Information given:
━━━━━━━━━━

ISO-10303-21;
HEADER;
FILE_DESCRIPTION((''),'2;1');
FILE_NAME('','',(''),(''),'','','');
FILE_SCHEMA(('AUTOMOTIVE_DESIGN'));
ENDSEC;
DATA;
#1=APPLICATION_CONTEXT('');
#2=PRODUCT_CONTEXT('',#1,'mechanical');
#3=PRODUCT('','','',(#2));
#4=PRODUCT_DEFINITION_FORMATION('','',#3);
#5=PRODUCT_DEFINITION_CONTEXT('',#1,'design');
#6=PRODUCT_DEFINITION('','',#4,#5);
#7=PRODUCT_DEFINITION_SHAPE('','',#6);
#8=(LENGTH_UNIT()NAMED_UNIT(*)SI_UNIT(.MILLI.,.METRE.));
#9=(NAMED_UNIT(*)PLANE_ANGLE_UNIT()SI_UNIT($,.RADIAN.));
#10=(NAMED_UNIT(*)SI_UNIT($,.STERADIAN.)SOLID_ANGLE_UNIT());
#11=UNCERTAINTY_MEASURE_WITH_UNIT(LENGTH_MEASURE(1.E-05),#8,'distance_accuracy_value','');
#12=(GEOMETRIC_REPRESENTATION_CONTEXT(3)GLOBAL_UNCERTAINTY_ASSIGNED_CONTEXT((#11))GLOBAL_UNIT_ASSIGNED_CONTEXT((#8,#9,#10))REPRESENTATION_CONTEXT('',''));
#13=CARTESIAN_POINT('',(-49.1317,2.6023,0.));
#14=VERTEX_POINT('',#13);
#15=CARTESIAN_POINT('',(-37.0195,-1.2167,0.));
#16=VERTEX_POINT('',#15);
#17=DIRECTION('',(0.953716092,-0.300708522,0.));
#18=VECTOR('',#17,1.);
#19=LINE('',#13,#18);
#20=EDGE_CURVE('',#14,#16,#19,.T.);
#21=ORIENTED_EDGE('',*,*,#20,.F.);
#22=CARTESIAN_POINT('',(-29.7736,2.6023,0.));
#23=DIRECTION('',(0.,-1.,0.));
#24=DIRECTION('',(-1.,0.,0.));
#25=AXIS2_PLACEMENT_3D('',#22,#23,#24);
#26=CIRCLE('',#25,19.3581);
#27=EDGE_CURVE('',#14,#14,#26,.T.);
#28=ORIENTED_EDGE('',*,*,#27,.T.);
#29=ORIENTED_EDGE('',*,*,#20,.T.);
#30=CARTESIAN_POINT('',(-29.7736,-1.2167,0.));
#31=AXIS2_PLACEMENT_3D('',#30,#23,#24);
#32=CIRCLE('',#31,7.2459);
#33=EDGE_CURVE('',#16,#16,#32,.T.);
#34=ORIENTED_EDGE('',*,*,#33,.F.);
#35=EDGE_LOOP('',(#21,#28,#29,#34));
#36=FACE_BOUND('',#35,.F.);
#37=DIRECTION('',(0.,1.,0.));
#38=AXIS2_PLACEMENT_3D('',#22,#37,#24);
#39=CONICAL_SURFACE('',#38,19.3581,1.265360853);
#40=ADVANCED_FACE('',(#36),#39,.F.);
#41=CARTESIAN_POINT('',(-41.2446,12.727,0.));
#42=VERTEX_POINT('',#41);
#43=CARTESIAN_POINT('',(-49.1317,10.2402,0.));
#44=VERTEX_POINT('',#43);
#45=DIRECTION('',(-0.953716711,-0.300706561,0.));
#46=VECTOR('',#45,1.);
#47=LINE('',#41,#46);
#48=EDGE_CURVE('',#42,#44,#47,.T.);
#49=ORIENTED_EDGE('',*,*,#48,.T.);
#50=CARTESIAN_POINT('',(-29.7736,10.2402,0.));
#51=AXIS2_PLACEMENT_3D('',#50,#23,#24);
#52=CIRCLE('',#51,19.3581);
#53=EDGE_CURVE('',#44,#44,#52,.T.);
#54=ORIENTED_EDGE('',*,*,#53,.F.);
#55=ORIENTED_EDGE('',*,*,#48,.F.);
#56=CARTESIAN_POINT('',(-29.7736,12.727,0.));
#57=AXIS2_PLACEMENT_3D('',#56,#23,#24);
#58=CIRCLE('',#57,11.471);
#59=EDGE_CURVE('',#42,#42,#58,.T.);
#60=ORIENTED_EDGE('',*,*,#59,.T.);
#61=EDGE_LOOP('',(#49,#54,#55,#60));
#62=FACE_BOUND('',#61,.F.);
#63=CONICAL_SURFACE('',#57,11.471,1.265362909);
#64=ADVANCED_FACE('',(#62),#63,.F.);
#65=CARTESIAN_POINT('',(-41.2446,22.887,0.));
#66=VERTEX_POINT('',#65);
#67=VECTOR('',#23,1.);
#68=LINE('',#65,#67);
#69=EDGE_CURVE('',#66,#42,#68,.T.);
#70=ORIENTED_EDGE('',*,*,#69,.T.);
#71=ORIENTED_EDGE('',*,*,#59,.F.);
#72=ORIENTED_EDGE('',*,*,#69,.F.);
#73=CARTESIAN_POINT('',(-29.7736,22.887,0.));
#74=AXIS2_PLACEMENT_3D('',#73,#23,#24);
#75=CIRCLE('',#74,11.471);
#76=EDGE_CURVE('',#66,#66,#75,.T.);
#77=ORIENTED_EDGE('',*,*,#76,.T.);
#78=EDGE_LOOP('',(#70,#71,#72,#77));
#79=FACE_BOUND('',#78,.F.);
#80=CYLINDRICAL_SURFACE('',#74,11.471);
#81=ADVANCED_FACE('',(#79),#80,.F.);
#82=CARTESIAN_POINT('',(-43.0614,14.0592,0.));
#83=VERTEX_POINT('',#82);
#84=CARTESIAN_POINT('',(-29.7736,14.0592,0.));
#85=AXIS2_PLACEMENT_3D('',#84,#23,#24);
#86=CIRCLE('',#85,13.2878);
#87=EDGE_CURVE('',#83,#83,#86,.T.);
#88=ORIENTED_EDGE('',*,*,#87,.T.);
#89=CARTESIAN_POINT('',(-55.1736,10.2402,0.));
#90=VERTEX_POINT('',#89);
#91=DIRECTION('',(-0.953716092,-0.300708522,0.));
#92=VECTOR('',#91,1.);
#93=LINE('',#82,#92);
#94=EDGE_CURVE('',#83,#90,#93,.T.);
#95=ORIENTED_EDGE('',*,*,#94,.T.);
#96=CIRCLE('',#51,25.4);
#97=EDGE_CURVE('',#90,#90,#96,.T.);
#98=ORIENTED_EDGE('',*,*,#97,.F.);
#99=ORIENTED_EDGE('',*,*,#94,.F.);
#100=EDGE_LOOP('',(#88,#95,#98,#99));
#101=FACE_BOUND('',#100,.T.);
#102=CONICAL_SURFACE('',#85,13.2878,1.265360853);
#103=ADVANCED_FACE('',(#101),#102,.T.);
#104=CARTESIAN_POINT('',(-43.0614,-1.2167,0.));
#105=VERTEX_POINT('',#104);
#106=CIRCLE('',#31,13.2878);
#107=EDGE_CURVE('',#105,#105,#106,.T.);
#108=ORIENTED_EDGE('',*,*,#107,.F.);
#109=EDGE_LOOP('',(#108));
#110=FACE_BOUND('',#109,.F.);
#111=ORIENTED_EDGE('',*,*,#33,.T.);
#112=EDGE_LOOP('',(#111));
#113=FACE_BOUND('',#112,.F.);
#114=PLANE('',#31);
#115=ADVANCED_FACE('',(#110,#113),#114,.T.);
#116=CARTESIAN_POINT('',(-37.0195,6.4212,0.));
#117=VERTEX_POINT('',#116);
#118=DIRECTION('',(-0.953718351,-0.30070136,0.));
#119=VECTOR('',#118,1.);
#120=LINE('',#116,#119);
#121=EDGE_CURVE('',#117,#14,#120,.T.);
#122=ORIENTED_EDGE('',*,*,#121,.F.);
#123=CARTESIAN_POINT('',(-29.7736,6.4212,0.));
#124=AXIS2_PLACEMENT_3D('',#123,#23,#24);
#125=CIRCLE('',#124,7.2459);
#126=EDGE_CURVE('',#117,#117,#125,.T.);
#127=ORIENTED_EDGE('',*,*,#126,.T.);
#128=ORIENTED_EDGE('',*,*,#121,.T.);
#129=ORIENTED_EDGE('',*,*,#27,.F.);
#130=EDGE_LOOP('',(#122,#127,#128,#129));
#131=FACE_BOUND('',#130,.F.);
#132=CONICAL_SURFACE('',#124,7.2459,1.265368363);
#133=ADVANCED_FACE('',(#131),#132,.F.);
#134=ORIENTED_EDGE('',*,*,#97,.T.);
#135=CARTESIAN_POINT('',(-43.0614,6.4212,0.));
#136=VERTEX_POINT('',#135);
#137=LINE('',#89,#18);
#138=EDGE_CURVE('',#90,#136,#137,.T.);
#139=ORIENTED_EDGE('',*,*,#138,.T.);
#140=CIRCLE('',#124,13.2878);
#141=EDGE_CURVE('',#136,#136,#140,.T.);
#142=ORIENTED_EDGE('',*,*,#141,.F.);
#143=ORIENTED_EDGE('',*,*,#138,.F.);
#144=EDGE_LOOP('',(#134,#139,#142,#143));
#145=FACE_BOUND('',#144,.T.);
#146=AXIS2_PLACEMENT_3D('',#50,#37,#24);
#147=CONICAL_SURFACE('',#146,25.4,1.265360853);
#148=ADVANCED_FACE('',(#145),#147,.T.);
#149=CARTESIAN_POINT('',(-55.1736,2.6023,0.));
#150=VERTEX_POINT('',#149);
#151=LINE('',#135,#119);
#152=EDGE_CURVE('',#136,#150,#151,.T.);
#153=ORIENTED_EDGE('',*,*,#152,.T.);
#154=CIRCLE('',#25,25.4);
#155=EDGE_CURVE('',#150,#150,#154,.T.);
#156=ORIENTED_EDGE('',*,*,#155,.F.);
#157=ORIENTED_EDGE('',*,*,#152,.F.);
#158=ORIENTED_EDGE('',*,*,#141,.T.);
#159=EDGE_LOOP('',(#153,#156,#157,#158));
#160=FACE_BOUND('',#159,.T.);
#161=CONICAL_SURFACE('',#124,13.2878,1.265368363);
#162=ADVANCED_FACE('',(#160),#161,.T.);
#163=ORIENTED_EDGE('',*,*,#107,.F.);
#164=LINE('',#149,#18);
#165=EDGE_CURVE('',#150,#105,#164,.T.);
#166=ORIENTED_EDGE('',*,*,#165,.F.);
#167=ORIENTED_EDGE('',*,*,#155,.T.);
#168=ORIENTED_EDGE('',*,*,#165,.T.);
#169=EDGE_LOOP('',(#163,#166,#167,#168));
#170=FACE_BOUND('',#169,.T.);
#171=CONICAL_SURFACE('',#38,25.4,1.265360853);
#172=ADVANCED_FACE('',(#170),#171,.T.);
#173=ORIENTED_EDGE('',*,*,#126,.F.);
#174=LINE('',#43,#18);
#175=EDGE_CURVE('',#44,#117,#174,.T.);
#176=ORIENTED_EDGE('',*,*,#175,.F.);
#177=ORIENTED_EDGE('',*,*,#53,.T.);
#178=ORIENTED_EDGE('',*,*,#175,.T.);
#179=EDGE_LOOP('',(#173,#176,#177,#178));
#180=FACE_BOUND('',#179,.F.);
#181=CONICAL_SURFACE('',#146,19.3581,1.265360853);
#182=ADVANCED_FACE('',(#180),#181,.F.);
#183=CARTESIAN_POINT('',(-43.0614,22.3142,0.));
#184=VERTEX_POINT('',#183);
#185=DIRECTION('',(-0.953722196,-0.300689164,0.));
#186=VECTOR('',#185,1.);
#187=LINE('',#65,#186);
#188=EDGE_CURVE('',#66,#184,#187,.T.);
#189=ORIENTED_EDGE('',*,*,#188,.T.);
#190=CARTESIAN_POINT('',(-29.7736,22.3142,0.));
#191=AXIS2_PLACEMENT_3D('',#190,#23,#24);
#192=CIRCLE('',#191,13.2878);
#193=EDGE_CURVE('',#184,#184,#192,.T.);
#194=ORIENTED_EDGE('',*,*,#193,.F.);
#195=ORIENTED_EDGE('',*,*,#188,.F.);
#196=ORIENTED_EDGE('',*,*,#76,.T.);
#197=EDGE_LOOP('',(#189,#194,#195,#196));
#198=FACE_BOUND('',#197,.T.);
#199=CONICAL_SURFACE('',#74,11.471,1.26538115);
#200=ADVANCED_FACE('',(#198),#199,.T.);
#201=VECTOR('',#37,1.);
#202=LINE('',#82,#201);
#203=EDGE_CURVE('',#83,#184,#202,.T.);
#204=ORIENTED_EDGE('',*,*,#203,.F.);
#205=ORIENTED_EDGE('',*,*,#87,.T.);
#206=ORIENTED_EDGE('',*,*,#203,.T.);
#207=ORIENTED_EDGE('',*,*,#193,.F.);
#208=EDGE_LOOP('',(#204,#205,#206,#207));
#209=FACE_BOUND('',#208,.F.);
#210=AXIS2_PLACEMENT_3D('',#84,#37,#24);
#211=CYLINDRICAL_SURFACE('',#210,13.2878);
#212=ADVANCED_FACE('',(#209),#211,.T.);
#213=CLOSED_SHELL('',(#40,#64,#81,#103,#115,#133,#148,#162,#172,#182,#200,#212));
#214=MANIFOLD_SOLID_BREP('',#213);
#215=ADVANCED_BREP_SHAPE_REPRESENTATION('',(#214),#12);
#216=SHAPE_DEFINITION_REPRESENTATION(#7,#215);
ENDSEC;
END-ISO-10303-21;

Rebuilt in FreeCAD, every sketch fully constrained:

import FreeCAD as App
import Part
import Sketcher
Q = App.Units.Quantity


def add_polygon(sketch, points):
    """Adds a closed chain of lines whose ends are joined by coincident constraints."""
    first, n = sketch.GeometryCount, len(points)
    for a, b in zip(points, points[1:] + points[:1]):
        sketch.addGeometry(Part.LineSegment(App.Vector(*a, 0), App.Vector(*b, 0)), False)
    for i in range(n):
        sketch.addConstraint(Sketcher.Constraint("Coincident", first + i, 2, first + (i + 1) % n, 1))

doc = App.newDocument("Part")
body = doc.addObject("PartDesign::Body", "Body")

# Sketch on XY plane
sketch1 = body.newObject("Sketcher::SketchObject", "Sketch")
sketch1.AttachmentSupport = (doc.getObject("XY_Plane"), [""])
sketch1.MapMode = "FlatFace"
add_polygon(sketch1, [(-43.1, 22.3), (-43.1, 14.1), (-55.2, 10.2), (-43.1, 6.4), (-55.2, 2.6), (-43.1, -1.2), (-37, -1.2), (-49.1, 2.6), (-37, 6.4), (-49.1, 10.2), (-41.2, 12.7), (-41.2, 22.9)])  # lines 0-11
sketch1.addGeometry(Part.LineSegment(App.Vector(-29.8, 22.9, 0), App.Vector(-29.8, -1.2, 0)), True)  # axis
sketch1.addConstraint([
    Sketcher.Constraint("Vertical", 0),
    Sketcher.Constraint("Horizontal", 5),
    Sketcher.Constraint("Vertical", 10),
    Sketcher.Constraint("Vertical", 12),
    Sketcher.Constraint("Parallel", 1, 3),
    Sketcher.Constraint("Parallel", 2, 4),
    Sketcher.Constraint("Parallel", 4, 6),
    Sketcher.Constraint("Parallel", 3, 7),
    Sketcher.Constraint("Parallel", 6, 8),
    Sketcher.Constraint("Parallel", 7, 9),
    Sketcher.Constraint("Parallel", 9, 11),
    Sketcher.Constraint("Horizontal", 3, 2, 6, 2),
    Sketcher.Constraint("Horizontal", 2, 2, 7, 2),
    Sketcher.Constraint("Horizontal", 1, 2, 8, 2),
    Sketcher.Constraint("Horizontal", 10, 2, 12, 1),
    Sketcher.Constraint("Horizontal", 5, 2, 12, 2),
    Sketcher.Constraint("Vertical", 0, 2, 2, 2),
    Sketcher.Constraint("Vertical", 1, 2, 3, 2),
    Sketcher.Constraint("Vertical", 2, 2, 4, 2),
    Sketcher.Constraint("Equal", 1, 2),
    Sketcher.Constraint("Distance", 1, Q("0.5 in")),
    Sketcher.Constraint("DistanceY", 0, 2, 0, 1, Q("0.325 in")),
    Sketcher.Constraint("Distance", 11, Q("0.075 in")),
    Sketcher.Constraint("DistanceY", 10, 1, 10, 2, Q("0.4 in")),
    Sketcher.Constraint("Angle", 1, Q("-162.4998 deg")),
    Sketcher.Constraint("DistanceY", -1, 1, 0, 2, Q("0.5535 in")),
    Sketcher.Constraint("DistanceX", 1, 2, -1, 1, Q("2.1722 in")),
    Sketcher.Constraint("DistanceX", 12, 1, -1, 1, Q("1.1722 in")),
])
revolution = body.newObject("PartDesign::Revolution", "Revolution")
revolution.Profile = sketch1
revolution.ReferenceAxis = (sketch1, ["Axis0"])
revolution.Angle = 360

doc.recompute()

━━━━━━━━━━

Your task is to retype the entries verbatim, starting with the line that holds "#71=ORIENTED_EDGE('',*,*,#59,.F.);" and stopping after the line that holds "#83=VERTEX_POINT('',#82);".

#71=ORIENTED_EDGE('',*,*,#59,.F.);
#72=ORIENTED_EDGE('',*,*,#69,.F.);
#73=CARTESIAN_POINT('',(-29.7736,22.887,0.));
#74=AXIS2_PLACEMENT_3D('',#73,#23,#24);
#75=CIRCLE('',#74,11.471);
#76=EDGE_CURVE('',#66,#66,#75,.T.);
#77=ORIENTED_EDGE('',*,*,#76,.T.);
#78=EDGE_LOOP('',(#70,#71,#72,#77));
#79=FACE_BOUND('',#78,.F.);
#80=CYLINDRICAL_SURFACE('',#74,11.471);
#81=ADVANCED_FACE('',(#79),#80,.F.);
#82=CARTESIAN_POINT('',(-43.0614,14.0592,0.));
#83=VERTEX_POINT('',#82);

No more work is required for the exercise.